Meu trabalho é digital. De acordo com o último oftalmologista que fui, preciso me dedicar mais a piscar, porque meus olhos não têm fechado totalmente quando pisco, um fenômeno comum em caso de exposição frequente a telas e que pode degradar a qualidade da visão e dos olhos com o passar do tempo. Pisco. Agora penso em piscar.

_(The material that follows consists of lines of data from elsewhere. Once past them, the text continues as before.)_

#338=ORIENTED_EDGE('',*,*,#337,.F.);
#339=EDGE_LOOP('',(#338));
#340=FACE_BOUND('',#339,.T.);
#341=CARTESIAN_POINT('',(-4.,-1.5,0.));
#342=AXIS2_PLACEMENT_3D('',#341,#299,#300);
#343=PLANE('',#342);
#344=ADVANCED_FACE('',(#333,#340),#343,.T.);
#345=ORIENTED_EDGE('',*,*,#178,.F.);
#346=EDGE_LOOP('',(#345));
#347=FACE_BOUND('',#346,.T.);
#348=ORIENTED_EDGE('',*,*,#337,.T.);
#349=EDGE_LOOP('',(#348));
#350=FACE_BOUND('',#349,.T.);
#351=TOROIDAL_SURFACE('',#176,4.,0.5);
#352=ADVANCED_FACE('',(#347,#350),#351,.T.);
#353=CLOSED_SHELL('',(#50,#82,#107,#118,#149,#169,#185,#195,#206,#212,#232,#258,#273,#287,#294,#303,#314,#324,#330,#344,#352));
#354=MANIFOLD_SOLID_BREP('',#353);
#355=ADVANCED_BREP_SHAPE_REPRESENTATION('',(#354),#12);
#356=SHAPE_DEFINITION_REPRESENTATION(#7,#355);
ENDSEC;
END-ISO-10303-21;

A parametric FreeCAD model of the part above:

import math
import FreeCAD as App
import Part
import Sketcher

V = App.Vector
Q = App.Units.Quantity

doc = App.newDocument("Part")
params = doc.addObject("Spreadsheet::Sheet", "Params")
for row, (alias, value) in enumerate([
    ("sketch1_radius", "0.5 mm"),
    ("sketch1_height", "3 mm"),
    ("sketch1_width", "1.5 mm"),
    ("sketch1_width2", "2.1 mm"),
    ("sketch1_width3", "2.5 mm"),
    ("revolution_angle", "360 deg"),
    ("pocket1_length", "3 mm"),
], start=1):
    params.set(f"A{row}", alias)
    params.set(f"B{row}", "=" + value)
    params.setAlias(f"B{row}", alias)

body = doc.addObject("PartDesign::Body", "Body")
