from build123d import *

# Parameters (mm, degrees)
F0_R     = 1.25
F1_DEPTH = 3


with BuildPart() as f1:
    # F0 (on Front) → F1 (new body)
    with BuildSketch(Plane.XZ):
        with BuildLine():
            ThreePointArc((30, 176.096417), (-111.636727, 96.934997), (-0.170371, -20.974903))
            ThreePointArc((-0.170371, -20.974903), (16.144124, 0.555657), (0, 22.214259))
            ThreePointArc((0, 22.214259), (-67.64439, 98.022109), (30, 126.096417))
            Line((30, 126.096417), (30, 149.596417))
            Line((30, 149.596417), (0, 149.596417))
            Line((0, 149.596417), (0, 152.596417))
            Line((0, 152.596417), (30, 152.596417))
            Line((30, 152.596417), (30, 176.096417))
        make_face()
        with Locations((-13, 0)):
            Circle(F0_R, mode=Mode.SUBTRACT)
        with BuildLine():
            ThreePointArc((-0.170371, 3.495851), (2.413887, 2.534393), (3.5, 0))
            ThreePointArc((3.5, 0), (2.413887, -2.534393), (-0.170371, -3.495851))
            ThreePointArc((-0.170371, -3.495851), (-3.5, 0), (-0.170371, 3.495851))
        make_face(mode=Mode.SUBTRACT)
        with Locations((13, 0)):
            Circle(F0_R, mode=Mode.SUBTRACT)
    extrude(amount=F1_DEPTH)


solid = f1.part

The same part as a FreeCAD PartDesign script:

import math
import FreeCAD as App
import Part
import Sketcher
from FreeCAD import Vector
Q = App.Units.Quantity

doc = App.newDocument("Part")
body = doc.addObject("PartDesign::Body", "Body")

# Sketch on XZ plane
sketch1 = doc.addObject("Sketcher::SketchObject", "Sketch")
body.addObject(sketch1)
sketch1.AttachmentSupport = (doc.XZ_Plane, [""])
sketch1.MapMode = "FlatFace"
sketch1.addGeometry([
    Part.ArcOfCircle(Part.Circle(Vector(-10, 81.4, 0), Vector(0, 0, 1), 102.8), math.radians(67), math.radians(275)),  # 0
    Part.ArcOfCircle(Part.Circle(Vector(-6.3, 0.6, 0), Vector(0, 0, 1), 22.5), math.radians(-74), math.radians(74)),  # 1
    Part.ArcOfCircle(Part.Circle(Vector(-10, 81.4, 0), Vector(0, 0, 1), 60), math.radians(48), math.radians(280)),  # 2
    Part.LineSegment(Vector(30, 126.1, 0), Vector(30, 149.6, 0)),  # 3
    Part.LineSegment(Vector(30, 149.6, 0), Vector(0, 149.6, 0)),  # 4
    Part.LineSegment(Vector(0, 149.6, 0), Vector(0, 152.6, 0)),  # 5
    Part.LineSegment(Vector(0, 152.6, 0), Vector(30, 152.6, 0)),  # 6
    Part.LineSegment(Vector(30, 152.6, 0), Vector(30, 176.1, 0)),  # 7
    Part.Circle(Vector(-13, 0, 0), Vector(0, 0, 1), 1.2),  # 8
    Part.ArcOfCircle(Part.Circle(Vector(0, 0, 0), Vector(0, 0, 1), 3.5), math.radians(93), math.radians(267)),  # 9
    Part.ArcOfCircle(Part.Circle(Vector(0, 0, 0), Vector(0, 0, 1), 3.5), math.radians(0), math.radians(93)),  # 10
    Part.ArcOfCircle(Part.Circle(Vector(0, 0, 0), Vector(0, 0, 1), 3.5), math.radians(-93), math.radians(0)),  # 11
    Part.Circle(Vector(13, 0, 0), Vector(0, 0, 1), 1.2),  # 12
], False)
sketch1.addConstraint([
    Sketcher.Constraint("Coincident", 0, 2, 1, 1),
    Sketcher.Constraint("Coincident", 1, 2, 2, 2),
    Sketcher.Constraint("Coincident", 2, 1, 3, 1),
    Sketcher.Constraint("Coincident", 3, 2, 4, 1),
    Sketcher.Constraint("Coincident", 4, 2, 5, 1),
    Sketcher.Constraint("Coincident", 5, 2, 6, 1),
    Sketcher.Constraint("Coincident", 6, 2, 7, 1),
    Sketcher.Constraint("Coincident", 7, 2, 0, 1),
    Sketcher.Constraint("Tangent", 9, 1, 10, 2),
    Sketcher.Constraint("Tangent", 10, 1, 11, 2),
    Sketcher.Constraint("Tangent", 11, 1, 9, 2),
    Sketcher.Constraint("Vertical", 3),
    Sketcher.Constraint("Horizontal", 4),
    Sketcher.Constraint("Vertical", 5),
    Sketcher.Constraint("Horizontal", 6),
    Sketcher.Constraint("Vertical", 7),
    Sketcher.Constraint("Coincident", 9, 3, -1, 1),
    Sketcher.Constraint("Coincident", 2, 3, 0, 3),
    Sketcher.Constraint("Equal", 8, 12),
    Sketcher.Constraint("Symmetric", 8, 3, 12, 3, -1, 1),
    Sketcher.Constraint("PointOnObject", 8, 3, -1),
    Sketcher.Constraint("PointOnObject", 1, 2, -2),
    Sketcher.Constraint("PointOnObject", 4, 2, -2),
    Sketcher.Constraint("PointOnObject", 10, 1, -1),
    Sketcher.Constraint("Vertical", 3, 2, 6, 2),
    Sketcher.Constraint("Vertical", 0, 2, 9, 1),
    Sketcher.Constraint("Vertical", 9, 1, 11, 1),
    Sketcher.Constraint("Equal", 3, 7),
    Sketcher.Constraint("Radius", 2, Q("60 mm")),
    Sketcher.Constraint("Diameter", 8, Q("2.5 mm")),
    Sketcher.Constraint("Radius", 9, Q("3.5 mm")),
    Sketcher.Constraint("DistanceX", 4, 2, 4, 1, Q("30 mm")),
    Sketcher.Constraint("DistanceY", 5, 1, 5, 2, Q("3 mm")),
    Sketcher.Constraint("DistanceY", 3, 1, 3, 2, Q("23.5 mm")),
    Sketcher.Constraint("DistanceX", 0, 3, -1, 1, Q("10 mm")),
    Sketcher.Constraint("DistanceX", 8, 3, -1, 1, Q("13 mm")),
    Sketcher.Constraint("Radius", 1, Q("22.481612 mm")),
    Sketcher.Constraint("DistanceY", 11, 1, 9, 1, Q("6.991702 mm")),
    Sketcher.Constraint("DistanceY", -1, 1, 1, 3, Q("0.644341 mm")),
])
pad1 = doc.addObject("PartDesign::Pad", "Pad")
body.addObject(pad1)
pad1.Profile = sketch1
pad1.Length = 3

doc.recompute()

Um ano antes de entrar no colegial, estava passando por uma fase difícil e solitária. Na época, fiquei fascinado com uma plataforma de conversa anônima Omegle, em que você poderia simplesmente chegar a qualquer pessoa falando sobre qualquer coisa. Creio não ser necessário explicar que uma das suas funções mais famosas, de longe, era ser utilizada para fins sexuais. Por isso nunca usei a versão de vídeo, apenas a de mensagem de texto. Era tão difícil para mim conhecer pessoas. Fiz uma amiga por lá, nessa época, mais nova do que eu. Vi-a pessoalmente pela primeira vez no ano passado. Saímos para conversar e a levei para conhecer um dos meus restaurantes favoritos. Algumas semanas atrás, assisti uma apresentação sua e vi as lágrimas rolarem pelo seu rosto quando seu priminho parabenizou a ela e a toda a equipe pelo que haviam feito. Eu me pergunto, hoje, o que nós dois estávamos procurando naquela época, indo de chat de mensagem em chat de mensagem, tentando só encontrar alguém com quem conversar.

Ser um adolescente com acesso irrestrito a internet, sem hipérbole alguma, salvou minha vida. Foi o que me manteve vivo por tantos momentos de completo isolamento social e sensação de alienação entre ser quem eu era e existir no mundo que me rodeava. Por isso não consigo me imaginar defendendo que pais controlem o que seus filhos veem na internet. Poder conversar e flertar com outros garotos gays pelo digital foi o que me permitiu ir me abrindo lentamente na relação comigo mesmo para ser a pessoa que sou hoje.

Mas também me expôs a uma gama de situações de vulnerabilidade a violência e me deu minha própria dose de traumas com que lidar. We’re all going to the world’s fair me deixou aterrorizado por conta disso. De maneiras diferentes, eu já estive ali, eu fiz essa performance e eu era só uma criança.